=== Aim of the task ===
Every line of the records below from the line with "f 785 780 779" up to and including the line with "f 808 803 802" must be reproduced exactly, and no line outside that range.

=== Data ===

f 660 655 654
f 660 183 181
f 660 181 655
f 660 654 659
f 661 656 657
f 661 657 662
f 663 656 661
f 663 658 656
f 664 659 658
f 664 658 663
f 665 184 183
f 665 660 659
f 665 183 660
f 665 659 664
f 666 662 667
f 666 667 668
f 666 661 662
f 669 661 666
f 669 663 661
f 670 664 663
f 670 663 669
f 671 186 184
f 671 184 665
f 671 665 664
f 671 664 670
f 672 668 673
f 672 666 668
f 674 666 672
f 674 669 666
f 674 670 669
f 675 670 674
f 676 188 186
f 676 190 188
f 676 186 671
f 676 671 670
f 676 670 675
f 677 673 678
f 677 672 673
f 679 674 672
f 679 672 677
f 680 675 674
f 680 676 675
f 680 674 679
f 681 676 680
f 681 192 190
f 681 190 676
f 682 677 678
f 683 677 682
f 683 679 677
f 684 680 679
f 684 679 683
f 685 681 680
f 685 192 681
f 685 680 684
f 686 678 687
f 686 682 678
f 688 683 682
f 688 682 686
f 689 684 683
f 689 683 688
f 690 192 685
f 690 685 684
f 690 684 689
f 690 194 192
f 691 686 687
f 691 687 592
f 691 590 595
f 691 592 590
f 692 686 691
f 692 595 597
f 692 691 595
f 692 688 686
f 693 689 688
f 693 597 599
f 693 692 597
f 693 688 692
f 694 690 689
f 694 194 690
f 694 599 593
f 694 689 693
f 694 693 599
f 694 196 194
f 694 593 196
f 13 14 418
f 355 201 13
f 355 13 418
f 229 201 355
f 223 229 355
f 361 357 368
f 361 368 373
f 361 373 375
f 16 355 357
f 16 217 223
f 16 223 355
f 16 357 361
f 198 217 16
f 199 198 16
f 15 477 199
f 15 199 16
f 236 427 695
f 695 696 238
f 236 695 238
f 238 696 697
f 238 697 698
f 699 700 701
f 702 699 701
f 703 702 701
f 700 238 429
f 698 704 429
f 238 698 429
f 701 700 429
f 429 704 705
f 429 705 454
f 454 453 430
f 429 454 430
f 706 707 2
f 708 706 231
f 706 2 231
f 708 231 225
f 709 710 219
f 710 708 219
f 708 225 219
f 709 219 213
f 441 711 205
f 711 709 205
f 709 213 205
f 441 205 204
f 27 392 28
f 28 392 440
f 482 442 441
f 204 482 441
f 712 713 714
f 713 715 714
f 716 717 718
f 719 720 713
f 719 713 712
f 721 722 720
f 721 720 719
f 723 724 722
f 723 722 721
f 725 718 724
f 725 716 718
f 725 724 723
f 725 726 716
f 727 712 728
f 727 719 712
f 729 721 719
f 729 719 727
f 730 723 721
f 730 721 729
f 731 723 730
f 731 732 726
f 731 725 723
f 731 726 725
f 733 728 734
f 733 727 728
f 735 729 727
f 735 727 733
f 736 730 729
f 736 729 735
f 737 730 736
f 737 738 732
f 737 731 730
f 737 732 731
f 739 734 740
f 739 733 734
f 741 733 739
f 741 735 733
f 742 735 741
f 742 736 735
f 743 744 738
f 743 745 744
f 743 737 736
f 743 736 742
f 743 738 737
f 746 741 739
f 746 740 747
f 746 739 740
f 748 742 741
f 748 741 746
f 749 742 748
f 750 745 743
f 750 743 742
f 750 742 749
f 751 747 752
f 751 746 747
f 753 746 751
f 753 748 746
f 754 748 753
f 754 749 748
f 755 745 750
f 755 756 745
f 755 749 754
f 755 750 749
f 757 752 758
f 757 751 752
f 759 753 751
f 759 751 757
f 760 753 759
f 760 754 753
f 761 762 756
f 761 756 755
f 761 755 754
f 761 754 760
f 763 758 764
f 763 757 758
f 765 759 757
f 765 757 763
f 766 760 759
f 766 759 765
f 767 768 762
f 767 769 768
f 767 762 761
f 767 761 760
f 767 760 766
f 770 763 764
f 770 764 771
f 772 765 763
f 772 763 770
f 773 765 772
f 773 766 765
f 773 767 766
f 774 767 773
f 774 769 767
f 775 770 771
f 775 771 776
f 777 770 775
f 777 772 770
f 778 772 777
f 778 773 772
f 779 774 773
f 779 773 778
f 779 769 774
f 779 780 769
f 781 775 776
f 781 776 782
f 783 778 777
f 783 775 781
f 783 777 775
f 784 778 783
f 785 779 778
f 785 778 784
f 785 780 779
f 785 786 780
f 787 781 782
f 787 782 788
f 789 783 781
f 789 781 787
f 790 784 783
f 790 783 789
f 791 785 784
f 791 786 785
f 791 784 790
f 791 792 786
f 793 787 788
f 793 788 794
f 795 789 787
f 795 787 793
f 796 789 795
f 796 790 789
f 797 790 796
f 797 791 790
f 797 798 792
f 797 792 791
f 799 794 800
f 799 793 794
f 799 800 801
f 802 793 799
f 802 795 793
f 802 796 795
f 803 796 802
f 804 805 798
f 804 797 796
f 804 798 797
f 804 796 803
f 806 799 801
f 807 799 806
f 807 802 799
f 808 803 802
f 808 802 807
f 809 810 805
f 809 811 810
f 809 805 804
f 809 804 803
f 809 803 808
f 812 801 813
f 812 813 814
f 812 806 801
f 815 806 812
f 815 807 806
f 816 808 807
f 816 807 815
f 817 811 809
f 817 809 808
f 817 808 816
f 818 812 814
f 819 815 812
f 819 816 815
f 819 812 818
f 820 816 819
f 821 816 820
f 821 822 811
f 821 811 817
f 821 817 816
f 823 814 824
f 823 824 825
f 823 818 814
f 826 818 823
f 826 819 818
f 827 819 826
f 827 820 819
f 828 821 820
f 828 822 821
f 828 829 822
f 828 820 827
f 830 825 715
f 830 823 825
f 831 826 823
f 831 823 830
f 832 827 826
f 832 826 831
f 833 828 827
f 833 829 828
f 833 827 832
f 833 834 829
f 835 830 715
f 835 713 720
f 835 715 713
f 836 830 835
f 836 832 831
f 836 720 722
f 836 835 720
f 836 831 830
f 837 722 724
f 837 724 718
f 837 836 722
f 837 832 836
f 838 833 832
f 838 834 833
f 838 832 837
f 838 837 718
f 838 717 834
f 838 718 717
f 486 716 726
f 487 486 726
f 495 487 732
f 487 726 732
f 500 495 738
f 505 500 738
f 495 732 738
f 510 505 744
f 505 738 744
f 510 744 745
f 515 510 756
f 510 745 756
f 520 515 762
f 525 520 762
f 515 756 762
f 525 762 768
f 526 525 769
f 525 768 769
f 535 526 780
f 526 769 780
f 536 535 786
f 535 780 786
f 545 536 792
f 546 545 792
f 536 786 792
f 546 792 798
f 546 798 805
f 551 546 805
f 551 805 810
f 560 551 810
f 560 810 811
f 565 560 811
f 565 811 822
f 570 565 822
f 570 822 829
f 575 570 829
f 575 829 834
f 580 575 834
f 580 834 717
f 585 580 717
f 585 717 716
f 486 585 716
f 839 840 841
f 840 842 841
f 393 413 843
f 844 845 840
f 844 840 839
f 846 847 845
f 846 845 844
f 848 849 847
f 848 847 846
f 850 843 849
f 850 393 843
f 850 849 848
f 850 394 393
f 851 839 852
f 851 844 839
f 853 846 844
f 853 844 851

=== Result of the exercise ===
f 785 780 779
f 785 786 780
f 787 781 782
f 787 782 788
f 789 783 781
f 789 781 787
f 790 784 783
f 790 783 789
f 791 785 784
f 791 786 785
f 791 784 790
f 791 792 786
f 793 787 788
f 793 788 794
f 795 789 787
f 795 787 793
f 796 789 795
f 796 790 789
f 797 790 796
f 797 791 790
f 797 798 792
f 797 792 791
f 799 794 800
f 799 793 794
f 799 800 801
f 802 793 799
f 802 795 793
f 802 796 795
f 803 796 802
f 804 805 798
f 804 797 796
f 804 798 797
f 804 796 803
f 806 799 801
f 807 799 806
f 807 802 799
f 808 803 802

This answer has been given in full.